WORK TASK: Reproduce the opening lines of the records exactly, up to and including the line in which "v 9.591 0 5.622" occurs.
* * * * * * *
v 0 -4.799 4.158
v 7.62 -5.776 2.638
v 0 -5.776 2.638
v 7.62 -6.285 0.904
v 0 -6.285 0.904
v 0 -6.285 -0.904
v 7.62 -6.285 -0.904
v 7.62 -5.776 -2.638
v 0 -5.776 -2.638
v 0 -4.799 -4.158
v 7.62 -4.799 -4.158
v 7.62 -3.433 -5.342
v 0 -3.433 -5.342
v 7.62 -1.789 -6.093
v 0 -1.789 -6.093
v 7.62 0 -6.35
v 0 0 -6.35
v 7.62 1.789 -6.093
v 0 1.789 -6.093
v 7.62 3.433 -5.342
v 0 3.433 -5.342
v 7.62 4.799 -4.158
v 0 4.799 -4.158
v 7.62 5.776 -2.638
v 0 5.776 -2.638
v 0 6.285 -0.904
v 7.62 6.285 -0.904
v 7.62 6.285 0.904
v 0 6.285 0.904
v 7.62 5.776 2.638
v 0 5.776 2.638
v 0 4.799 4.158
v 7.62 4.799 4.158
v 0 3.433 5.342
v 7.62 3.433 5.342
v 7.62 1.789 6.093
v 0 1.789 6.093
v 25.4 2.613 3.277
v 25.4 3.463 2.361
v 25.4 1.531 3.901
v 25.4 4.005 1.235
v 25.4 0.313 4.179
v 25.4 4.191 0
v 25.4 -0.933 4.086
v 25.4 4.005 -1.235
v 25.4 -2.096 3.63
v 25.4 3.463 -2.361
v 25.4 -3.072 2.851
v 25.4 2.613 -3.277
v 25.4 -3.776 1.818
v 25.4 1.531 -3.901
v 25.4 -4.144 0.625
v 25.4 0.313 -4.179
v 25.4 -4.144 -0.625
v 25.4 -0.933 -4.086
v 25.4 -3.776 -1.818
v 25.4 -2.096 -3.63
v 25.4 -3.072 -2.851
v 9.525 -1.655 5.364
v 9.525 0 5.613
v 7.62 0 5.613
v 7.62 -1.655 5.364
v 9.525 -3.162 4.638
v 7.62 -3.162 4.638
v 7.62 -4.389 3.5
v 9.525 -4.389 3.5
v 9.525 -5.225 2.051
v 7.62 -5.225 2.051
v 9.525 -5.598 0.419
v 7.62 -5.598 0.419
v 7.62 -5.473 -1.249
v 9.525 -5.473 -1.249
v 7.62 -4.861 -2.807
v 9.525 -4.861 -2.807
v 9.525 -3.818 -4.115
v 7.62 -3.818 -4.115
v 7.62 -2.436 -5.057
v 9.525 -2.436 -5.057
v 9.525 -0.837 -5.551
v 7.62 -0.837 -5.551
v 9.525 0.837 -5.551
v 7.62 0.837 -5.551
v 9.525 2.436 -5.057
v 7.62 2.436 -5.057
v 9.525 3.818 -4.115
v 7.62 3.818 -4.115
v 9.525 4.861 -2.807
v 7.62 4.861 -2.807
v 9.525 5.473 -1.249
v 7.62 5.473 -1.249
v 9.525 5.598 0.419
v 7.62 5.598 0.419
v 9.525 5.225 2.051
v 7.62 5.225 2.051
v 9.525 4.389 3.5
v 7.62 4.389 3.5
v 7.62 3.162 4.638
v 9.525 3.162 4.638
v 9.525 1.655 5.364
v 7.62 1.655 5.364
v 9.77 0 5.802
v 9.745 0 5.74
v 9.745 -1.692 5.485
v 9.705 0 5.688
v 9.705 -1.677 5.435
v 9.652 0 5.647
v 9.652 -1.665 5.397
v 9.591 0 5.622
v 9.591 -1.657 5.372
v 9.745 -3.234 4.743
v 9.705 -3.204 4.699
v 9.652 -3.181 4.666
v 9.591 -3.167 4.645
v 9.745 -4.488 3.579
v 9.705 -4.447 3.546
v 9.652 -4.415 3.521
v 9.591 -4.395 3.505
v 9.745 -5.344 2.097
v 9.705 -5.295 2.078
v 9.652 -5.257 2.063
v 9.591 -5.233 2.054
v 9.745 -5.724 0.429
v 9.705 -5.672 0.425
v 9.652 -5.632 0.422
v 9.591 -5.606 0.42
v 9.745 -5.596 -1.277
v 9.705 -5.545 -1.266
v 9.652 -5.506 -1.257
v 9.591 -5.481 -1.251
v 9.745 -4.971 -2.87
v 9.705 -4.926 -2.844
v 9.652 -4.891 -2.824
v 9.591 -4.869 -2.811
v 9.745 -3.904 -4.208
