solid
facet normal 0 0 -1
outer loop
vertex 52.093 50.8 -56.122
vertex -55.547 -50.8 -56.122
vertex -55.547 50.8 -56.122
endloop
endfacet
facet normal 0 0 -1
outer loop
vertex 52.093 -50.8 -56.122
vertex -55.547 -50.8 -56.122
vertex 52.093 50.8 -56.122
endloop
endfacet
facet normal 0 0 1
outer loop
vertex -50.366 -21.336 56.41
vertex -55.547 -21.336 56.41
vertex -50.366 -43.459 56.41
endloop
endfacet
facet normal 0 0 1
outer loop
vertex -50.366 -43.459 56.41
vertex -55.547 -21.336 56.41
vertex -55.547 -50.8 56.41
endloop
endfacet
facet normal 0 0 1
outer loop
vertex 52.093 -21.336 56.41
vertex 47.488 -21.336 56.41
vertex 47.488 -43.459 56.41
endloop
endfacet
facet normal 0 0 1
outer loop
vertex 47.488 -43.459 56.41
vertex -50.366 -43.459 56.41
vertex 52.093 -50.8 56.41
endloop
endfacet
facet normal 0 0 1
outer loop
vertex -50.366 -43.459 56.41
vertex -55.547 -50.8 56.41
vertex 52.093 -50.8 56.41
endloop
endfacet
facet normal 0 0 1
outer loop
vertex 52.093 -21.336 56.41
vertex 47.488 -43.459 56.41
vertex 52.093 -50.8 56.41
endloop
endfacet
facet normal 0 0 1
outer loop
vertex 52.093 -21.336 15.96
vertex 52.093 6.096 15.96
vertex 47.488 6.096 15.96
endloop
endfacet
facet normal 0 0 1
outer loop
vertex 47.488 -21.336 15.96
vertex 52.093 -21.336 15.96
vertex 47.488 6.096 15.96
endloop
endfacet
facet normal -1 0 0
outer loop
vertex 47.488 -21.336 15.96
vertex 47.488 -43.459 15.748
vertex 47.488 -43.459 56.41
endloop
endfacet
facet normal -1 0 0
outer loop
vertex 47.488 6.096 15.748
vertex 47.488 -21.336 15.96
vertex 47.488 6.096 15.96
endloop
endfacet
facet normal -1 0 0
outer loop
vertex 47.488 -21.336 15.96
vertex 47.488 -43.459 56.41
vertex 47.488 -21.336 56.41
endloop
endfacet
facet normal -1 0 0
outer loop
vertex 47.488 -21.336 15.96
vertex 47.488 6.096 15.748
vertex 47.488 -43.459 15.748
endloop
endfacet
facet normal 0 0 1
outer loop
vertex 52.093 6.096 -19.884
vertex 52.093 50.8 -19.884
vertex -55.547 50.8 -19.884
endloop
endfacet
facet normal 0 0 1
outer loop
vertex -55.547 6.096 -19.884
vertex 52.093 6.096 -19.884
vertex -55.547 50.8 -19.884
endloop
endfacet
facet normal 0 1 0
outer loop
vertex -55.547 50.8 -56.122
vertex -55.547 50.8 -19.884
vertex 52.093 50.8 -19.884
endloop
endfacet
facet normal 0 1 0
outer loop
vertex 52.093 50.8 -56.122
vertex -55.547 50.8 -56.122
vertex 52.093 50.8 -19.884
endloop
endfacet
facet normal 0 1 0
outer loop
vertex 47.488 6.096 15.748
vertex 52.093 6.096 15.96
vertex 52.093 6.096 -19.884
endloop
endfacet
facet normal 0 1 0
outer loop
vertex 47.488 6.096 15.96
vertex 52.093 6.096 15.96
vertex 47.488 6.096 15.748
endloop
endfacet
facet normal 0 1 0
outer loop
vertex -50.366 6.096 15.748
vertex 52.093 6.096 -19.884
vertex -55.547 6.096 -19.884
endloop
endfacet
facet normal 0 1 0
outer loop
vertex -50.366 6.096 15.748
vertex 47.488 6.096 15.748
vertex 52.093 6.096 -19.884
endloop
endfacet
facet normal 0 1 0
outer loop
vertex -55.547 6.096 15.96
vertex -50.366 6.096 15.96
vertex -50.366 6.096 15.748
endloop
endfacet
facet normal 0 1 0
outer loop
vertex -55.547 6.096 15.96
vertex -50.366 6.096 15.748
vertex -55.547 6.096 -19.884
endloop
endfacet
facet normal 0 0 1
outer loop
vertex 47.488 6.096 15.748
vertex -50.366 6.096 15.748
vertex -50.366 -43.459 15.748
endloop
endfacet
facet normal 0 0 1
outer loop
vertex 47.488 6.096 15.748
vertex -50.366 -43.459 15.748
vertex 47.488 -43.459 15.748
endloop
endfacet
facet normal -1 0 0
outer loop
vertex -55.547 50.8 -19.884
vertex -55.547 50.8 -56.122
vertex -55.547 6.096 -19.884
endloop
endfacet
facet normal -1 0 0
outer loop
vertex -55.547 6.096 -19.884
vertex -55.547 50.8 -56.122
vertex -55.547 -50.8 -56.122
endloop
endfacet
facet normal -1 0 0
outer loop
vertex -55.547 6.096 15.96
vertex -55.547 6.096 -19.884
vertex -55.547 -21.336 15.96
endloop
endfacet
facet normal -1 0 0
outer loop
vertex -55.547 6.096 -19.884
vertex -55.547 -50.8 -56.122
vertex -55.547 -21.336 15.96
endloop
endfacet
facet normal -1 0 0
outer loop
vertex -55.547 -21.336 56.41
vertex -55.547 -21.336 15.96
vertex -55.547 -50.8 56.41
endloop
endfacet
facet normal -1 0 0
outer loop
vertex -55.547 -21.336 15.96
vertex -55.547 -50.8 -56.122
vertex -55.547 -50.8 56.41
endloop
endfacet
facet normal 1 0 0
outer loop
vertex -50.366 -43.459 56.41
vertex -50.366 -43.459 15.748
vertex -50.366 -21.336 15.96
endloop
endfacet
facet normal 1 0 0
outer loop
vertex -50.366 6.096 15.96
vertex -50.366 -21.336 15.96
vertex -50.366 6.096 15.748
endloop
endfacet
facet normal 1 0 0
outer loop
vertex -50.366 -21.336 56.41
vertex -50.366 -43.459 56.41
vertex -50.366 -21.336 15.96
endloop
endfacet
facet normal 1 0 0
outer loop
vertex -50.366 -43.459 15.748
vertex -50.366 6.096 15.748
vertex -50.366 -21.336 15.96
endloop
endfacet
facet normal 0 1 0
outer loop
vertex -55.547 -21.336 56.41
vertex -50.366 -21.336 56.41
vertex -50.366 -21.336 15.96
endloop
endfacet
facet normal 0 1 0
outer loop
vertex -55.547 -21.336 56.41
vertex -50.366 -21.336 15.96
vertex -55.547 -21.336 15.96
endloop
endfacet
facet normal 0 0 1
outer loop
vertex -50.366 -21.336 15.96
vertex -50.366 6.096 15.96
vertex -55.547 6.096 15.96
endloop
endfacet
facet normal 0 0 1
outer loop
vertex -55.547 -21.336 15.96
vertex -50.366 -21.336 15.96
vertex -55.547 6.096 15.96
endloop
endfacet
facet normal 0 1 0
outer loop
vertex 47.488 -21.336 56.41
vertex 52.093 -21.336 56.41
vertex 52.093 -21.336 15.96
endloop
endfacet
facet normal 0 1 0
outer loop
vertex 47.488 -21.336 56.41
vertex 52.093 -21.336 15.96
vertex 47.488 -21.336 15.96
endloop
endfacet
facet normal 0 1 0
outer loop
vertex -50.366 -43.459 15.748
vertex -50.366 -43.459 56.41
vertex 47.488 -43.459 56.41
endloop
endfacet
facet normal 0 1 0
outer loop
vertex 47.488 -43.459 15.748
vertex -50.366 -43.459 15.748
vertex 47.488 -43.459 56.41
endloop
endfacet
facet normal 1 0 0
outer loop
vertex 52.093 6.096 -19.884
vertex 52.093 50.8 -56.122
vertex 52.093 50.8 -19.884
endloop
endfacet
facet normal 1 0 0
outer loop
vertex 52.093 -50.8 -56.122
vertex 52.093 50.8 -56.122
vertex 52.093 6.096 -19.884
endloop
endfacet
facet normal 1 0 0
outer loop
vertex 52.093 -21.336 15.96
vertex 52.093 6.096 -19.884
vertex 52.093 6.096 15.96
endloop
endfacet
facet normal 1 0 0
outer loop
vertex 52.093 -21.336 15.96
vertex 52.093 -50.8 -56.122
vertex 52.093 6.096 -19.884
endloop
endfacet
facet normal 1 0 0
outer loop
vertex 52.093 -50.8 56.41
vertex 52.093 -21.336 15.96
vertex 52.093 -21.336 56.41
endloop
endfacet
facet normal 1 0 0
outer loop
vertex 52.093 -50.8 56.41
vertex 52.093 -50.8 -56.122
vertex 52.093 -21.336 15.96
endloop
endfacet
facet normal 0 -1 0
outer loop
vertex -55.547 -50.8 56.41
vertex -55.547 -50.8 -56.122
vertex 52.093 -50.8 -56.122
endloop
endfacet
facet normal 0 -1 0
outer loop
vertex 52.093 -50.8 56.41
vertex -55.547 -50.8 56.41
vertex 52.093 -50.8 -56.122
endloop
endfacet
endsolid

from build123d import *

# Parameters (mm, degrees)
F0_W          = 107.63935
F0_H          = 112.532053
F1_DEPTH      = 50.8
F1_DEPTH_BACK = 50.8
F2_W          = 107.63935
F2_H          = 76.294005
F3_DEPTH      = 44.704
F4_W          = 107.63935
F4_H          = 40.449448
F5_DEPTH      = 27.432
F7_W          = 97.853955
F7_H          = 88.931974
F8_DEPTH      = 41.656


with BuildPart() as f1:
    # F0 (on Front) → F1 (new body, two sides)
    with BuildSketch(Plane.XZ) as f1_sk:
        with Locations((-1.726836, 0.143902)):
            Rectangle(F0_W, F0_H)
    extrude(amount=F1_DEPTH)
    extrude(f1_sk.sketch, amount=-F1_DEPTH_BACK)

    # F2 (on face) → F3 (cut)
    with BuildSketch(Plane(origin=(0, 50.8, 0), x_dir=(-1, 0, 0), z_dir=(0, 1, 0))):
        with Locations((1.726836, 18.262926)):
            Rectangle(F2_W, F2_H)
    extrude(amount=-F3_DEPTH, mode=Mode.SUBTRACT)

    # F4 (on face) → F5 (cut)
    with BuildSketch(Plane(origin=(0, 6.096, 0), x_dir=(-1, 0, 0), z_dir=(0, 1, 0))):
        with Locations((1.726836, 36.185205)):
            Rectangle(F4_W, F4_H)
    extrude(amount=-F5_DEPTH, mode=Mode.SUBTRACT)

    # F7 (on offset) → F8 (cut)
    with BuildSketch(Plane.XY.offset(57.404)):
        with Locations((-1.43903, 1.00732)):
            Rectangle(F7_W, F7_H)
    extrude(amount=-F8_DEPTH, mode=Mode.SUBTRACT)


solid = f1.part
* * * * * * *
FINAL ANSWER:
v 0 -4.799 4.158
v 7.62 -5.776 2.638
v 0 -5.776 2.638
v 7.62 -6.285 0.904
v 0 -6.285 0.904
v 0 -6.285 -0.904
v 7.62 -6.285 -0.904
v 7.62 -5.776 -2.638
v 0 -5.776 -2.638
v 0 -4.799 -4.158
v 7.62 -4.799 -4.158
v 7.62 -3.433 -5.342
v 0 -3.433 -5.342
v 7.62 -1.789 -6.093
v 0 -1.789 -6.093
v 7.62 0 -6.35
v 0 0 -6.35
v 7.62 1.789 -6.093
v 0 1.789 -6.093
v 7.62 3.433 -5.342
v 0 3.433 -5.342
v 7.62 4.799 -4.158
v 0 4.799 -4.158
v 7.62 5.776 -2.638
v 0 5.776 -2.638
v 0 6.285 -0.904
v 7.62 6.285 -0.904
v 7.62 6.285 0.904
v 0 6.285 0.904
v 7.62 5.776 2.638
v 0 5.776 2.638
v 0 4.799 4.158
v 7.62 4.799 4.158
v 0 3.433 5.342
v 7.62 3.433 5.342
v 7.62 1.789 6.093
v 0 1.789 6.093
v 25.4 2.613 3.277
v 25.4 3.463 2.361
v 25.4 1.531 3.901
v 25.4 4.005 1.235
v 25.4 0.313 4.179
v 25.4 4.191 0
v 25.4 -0.933 4.086
v 25.4 4.005 -1.235
v 25.4 -2.096 3.63
v 25.4 3.463 -2.361
v 25.4 -3.072 2.851
v 25.4 2.613 -3.277
v 25.4 -3.776 1.818
v 25.4 1.531 -3.901
v 25.4 -4.144 0.625
v 25.4 0.313 -4.179
v 25.4 -4.144 -0.625
v 25.4 -0.933 -4.086
v 25.4 -3.776 -1.818
v 25.4 -2.096 -3.63
v 25.4 -3.072 -2.851
v 9.525 -1.655 5.364
v 9.525 0 5.613
v 7.62 0 5.613
v 7.62 -1.655 5.364
v 9.525 -3.162 4.638
v 7.62 -3.162 4.638
v 7.62 -4.389 3.5
v 9.525 -4.389 3.5
v 9.525 -5.225 2.051
v 7.62 -5.225 2.051
v 9.525 -5.598 0.419
v 7.62 -5.598 0.419
v 7.62 -5.473 -1.249
v 9.525 -5.473 -1.249
v 7.62 -4.861 -2.807
v 9.525 -4.861 -2.807
v 9.525 -3.818 -4.115
v 7.62 -3.818 -4.115
v 7.62 -2.436 -5.057
v 9.525 -2.436 -5.057
v 9.525 -0.837 -5.551
v 7.62 -0.837 -5.551
v 9.525 0.837 -5.551
v 7.62 0.837 -5.551
v 9.525 2.436 -5.057
v 7.62 2.436 -5.057
v 9.525 3.818 -4.115
v 7.62 3.818 -4.115
v 9.525 4.861 -2.807
v 7.62 4.861 -2.807
v 9.525 5.473 -1.249
v 7.62 5.473 -1.249
v 9.525 5.598 0.419
v 7.62 5.598 0.419
v 9.525 5.225 2.051
v 7.62 5.225 2.051
v 9.525 4.389 3.5
v 7.62 4.389 3.5
v 7.62 3.162 4.638
v 9.525 3.162 4.638
v 9.525 1.655 5.364
v 7.62 1.655 5.364
v 9.77 0 5.802
v 9.745 0 5.74
v 9.745 -1.692 5.485
v 9.705 0 5.688
v 9.705 -1.677 5.435
v 9.652 0 5.647
v 9.652 -1.665 5.397
v 9.591 0 5.622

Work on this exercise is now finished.